微生物に作らせたクモの糸を手にするシンプロジェンCEOの菅原潤一さん=神戸市中央区港島南町2

 円筒状に巻き上げられた糸が、陽光に照らされて柔らかな光沢を放つ。手にするのは微生物に作らせたクモの糸だ。「石油に頼らず、生き物を使ってものづくりをする時代が近づいてきた」とバイオベンチャー企業、スパイバー(山形県鶴岡市)取締役の菅原(すがはら)潤一さん(34)は目を輝かせる。

 社会で役立つ物質を生き物に作らせる「合成生物学」。ものづくりの新たな形として注目を集める。スパイバーはこの分野で国内を代表する新興企業の一つだ。「クモ糸の粘り強さは鉄の340倍。この夢の素材を安く大量に届けられれば、世の中は変わる」

 例えば鋼鉄製の車で、車体の素材をクモ糸の繊維に置き換えれば、衝突時の衝撃を独特の粘りで吸収する上、車体の軽量化によって走行中の二酸化炭素(CO2)の排出量を抑えられるという。すでに試験設備で作った繊維で、自動車部品メーカーが製品開発に乗り出した。

 ただ、普及には生産コストの高さが壁となって立ちはだかる。そこで今秋、DNAづくりの独自技術を持つ神戸大発ベンチャー「シンプロジェン」に出資し、関連会社にした。クモの糸の成分を作る微生物にもっと働かせるため、設計図となるDNAの操作で微生物の改良を目指す。菅原さんも同社の最高経営責任者(CEO)を兼ねる。

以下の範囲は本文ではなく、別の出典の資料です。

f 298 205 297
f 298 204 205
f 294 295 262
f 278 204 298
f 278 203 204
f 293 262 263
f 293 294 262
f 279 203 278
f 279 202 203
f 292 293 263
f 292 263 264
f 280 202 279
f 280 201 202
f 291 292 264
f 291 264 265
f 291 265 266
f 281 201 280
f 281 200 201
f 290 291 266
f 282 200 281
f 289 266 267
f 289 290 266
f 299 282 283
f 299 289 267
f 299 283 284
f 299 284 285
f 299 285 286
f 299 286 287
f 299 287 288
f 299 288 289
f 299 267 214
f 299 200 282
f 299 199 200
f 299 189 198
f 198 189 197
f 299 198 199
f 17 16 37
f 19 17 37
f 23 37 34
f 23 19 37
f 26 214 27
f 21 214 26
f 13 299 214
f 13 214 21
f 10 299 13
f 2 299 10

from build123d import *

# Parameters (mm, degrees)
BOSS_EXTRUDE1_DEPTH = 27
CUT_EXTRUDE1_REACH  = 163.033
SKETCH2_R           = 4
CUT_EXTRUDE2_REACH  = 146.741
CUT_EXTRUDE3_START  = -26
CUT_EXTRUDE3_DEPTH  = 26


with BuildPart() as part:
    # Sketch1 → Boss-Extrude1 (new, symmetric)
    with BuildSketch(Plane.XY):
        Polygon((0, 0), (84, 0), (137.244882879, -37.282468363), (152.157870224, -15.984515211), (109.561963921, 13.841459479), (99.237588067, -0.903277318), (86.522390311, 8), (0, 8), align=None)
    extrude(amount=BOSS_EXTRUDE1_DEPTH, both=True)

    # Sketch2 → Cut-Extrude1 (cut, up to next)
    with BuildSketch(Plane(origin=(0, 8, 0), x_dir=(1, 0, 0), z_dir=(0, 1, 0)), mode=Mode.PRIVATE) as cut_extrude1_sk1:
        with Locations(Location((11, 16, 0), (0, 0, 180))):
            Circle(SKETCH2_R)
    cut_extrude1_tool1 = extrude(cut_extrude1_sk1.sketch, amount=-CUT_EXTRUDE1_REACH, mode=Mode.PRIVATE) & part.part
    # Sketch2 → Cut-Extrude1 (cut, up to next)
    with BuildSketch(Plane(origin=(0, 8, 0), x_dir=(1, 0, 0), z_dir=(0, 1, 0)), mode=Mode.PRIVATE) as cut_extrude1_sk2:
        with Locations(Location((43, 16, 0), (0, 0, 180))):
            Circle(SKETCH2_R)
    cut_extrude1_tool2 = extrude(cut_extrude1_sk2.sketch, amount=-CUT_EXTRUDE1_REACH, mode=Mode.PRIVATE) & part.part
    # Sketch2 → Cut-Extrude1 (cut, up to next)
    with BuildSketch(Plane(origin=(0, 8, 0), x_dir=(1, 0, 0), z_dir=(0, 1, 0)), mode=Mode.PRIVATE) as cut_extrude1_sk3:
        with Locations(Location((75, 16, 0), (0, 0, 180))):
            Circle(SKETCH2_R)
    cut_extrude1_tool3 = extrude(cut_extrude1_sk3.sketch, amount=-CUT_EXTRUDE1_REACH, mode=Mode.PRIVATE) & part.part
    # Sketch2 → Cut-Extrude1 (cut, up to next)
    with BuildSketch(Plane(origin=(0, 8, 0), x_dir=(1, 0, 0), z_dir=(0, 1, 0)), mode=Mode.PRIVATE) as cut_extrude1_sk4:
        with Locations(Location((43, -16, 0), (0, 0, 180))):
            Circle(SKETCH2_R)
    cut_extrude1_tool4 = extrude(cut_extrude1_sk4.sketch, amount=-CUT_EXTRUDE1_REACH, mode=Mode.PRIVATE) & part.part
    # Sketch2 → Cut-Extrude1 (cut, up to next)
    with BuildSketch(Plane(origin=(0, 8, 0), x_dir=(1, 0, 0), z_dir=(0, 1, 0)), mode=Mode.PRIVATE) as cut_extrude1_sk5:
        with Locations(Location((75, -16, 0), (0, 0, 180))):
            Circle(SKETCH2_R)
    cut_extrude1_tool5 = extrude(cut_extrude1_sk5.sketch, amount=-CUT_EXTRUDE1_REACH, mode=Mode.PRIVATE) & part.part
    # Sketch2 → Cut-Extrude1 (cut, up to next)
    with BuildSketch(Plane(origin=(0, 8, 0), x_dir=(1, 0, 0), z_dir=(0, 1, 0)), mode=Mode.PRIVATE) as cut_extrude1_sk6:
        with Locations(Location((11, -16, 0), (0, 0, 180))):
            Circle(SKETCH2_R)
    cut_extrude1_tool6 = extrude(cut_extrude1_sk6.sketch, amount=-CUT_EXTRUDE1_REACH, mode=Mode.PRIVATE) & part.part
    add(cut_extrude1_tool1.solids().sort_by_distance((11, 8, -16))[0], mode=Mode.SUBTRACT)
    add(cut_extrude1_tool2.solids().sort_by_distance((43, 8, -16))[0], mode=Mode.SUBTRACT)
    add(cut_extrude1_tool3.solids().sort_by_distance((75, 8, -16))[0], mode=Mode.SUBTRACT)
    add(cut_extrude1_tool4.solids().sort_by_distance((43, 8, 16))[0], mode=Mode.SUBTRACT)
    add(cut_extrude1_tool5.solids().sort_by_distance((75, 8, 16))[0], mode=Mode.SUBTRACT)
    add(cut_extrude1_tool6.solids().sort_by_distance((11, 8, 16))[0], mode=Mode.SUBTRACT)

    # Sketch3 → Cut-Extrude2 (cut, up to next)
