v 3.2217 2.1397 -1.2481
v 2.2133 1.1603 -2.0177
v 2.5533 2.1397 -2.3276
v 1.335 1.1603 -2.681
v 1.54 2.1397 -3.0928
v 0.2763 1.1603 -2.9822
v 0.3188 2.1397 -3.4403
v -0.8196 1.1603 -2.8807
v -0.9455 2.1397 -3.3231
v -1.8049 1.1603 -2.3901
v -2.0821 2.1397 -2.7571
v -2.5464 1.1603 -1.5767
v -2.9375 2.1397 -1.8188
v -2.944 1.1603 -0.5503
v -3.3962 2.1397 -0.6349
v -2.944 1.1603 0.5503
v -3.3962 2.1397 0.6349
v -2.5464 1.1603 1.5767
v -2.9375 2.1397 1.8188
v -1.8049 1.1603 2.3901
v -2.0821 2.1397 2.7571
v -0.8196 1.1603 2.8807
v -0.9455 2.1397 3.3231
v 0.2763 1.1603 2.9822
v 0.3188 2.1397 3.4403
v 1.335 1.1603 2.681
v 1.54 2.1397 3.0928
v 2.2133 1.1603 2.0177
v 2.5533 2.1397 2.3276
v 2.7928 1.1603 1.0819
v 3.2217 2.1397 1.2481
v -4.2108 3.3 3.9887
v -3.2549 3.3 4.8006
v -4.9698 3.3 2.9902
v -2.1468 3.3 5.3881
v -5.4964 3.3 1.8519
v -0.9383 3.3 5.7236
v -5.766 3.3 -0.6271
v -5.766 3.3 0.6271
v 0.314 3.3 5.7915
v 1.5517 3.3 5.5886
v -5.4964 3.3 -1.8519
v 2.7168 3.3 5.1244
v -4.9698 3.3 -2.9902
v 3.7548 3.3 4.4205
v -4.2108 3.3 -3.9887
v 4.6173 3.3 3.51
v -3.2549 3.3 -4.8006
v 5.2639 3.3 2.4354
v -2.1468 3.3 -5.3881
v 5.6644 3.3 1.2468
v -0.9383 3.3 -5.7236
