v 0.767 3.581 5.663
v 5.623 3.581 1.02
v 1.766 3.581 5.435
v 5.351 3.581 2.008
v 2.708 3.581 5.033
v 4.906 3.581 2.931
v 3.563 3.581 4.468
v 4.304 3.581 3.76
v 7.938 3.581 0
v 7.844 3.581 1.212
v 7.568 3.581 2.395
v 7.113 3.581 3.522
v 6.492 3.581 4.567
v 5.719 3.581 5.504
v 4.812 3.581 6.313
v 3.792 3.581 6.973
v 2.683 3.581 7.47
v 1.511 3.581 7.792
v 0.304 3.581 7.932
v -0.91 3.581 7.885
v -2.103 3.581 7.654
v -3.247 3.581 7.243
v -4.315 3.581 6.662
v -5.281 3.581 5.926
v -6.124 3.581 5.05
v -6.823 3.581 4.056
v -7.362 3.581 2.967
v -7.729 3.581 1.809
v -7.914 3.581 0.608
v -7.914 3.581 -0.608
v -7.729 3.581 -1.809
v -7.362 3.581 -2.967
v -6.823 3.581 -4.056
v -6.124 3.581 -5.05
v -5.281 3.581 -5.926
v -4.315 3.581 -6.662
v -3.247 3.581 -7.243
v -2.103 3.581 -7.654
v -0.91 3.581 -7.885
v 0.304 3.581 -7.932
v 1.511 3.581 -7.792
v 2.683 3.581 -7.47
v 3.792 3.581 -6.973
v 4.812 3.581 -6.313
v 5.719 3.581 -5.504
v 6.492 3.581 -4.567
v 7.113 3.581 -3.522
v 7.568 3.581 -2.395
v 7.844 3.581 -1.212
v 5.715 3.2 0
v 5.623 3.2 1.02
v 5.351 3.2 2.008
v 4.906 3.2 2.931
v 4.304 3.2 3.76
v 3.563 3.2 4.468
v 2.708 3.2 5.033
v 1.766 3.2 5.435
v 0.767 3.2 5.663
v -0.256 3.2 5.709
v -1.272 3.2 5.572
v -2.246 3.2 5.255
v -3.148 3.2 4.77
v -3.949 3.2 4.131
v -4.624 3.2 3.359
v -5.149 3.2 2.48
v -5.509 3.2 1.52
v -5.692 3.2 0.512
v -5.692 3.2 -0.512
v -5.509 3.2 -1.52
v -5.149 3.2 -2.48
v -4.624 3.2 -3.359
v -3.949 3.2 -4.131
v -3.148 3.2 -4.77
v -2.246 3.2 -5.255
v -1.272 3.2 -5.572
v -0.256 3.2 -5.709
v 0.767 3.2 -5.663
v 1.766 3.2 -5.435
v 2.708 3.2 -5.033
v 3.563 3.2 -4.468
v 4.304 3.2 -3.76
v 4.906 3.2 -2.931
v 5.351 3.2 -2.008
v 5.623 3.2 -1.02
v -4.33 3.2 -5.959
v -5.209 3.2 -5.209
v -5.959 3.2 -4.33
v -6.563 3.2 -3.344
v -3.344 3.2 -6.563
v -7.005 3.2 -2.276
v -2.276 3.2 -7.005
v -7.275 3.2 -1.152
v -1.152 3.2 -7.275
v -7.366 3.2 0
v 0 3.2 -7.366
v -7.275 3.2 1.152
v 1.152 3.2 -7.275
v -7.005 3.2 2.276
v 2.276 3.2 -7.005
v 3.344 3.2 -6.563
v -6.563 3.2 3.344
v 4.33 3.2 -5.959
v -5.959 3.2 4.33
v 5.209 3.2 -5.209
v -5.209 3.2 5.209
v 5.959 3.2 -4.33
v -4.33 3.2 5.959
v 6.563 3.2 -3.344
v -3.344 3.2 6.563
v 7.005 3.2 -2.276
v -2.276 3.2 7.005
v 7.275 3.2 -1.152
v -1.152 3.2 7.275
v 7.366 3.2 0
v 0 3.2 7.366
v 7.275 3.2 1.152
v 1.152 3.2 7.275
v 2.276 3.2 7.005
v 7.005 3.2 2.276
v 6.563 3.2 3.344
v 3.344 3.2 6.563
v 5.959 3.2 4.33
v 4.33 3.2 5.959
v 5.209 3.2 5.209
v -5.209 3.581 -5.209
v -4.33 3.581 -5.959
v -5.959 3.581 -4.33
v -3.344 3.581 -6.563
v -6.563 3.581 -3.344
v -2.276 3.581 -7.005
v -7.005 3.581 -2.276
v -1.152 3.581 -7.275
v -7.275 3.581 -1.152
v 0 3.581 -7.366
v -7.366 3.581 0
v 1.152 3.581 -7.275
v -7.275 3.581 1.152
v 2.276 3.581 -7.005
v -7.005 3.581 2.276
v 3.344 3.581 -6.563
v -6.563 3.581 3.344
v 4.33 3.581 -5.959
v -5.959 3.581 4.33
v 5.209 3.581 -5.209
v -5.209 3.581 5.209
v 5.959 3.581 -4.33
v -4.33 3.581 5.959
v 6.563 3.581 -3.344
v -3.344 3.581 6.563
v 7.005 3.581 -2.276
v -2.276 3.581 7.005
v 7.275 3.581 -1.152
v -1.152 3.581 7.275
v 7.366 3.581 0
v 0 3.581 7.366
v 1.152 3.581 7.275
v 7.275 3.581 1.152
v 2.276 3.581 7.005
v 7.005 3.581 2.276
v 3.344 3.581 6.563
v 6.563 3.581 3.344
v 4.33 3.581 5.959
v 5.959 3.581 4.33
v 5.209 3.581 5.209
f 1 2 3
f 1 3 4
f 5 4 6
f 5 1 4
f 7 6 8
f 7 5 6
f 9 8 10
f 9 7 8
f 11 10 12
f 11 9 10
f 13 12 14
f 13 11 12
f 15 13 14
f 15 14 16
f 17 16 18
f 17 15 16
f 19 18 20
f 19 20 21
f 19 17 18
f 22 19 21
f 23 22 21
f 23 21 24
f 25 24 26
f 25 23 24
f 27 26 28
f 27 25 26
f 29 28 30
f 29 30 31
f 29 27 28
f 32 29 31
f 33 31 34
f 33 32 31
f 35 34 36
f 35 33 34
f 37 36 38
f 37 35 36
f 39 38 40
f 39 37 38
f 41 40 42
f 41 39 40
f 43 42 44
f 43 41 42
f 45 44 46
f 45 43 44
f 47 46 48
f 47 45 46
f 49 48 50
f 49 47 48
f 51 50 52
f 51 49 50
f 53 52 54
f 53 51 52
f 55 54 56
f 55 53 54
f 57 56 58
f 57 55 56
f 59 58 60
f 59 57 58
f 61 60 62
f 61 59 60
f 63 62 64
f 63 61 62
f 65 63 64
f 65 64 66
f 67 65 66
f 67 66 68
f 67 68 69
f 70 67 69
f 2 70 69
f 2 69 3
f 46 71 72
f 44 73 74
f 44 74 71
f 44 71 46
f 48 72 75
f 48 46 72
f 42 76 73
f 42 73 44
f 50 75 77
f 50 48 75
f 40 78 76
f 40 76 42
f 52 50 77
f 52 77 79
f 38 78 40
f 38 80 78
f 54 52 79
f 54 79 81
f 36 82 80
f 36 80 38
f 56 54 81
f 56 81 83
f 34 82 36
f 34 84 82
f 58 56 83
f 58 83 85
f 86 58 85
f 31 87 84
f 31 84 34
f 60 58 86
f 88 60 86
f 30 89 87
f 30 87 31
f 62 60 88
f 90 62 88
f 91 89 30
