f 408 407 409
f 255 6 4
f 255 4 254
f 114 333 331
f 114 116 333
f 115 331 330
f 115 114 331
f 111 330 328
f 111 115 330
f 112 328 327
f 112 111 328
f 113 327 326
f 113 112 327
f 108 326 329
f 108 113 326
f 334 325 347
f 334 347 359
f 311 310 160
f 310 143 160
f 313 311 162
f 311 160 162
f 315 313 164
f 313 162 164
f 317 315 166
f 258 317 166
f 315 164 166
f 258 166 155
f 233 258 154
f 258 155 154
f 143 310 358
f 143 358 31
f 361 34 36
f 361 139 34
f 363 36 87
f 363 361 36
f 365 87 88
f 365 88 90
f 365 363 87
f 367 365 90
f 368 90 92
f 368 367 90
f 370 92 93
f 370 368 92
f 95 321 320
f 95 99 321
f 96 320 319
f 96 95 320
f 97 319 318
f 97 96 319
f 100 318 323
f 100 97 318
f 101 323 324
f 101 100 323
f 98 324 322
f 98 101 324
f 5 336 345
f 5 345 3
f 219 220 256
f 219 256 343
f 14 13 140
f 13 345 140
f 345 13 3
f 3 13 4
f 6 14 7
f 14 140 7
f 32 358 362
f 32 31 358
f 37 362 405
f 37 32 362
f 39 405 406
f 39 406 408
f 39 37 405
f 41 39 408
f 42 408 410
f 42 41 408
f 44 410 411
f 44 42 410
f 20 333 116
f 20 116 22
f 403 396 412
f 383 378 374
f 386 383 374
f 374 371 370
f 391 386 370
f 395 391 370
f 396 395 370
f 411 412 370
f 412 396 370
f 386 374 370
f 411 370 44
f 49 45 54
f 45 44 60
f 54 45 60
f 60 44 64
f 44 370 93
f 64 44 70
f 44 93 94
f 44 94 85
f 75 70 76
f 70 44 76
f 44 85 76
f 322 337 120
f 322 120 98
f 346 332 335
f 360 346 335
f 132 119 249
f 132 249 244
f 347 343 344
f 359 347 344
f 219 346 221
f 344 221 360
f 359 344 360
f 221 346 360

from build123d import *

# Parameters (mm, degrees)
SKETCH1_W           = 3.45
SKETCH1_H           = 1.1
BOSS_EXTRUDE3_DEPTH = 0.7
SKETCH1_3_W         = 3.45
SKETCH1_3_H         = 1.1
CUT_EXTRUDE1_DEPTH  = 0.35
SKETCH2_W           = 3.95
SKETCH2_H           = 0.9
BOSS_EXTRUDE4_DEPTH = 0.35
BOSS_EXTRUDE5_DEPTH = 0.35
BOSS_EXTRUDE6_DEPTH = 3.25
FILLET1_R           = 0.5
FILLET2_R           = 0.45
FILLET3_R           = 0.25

 シンプロジェンがDNAの供給先として照準を定めるのは、合成生物学の分野にとどまらず、遺伝子治療を提供する医療機関や、抗体医薬品メーカーなど幅広い。「世界に負けないDNA作りの拠点を来年にも神戸・ポートアイランドに設けたい」と力を込める。

 大学の授業で「環境や食料、エネルギーなど21世紀に世界が抱える課題を解決できるのはバイオテクノロジーだ」と聞き、大学在学中の2007年に研究室の先輩らとスパイバーを創業した。夢の実現に向けた歩みはまだ始まったばかりだ。(長尾亮太)

【メモ】菅原さんは幼稚舎(小学校)から大学院博士課程まで慶応義塾で過ごす。妻子を妻の地元である神戸市に残し、スパイバーが拠点を置く山形県鶴岡市に単身赴任。神奈川県鎌倉市出身。シンプロジェン(神戸市灘区)は、DNA合成技術の事業化を目指し、神戸大の研究者らが2017年2月に設立した。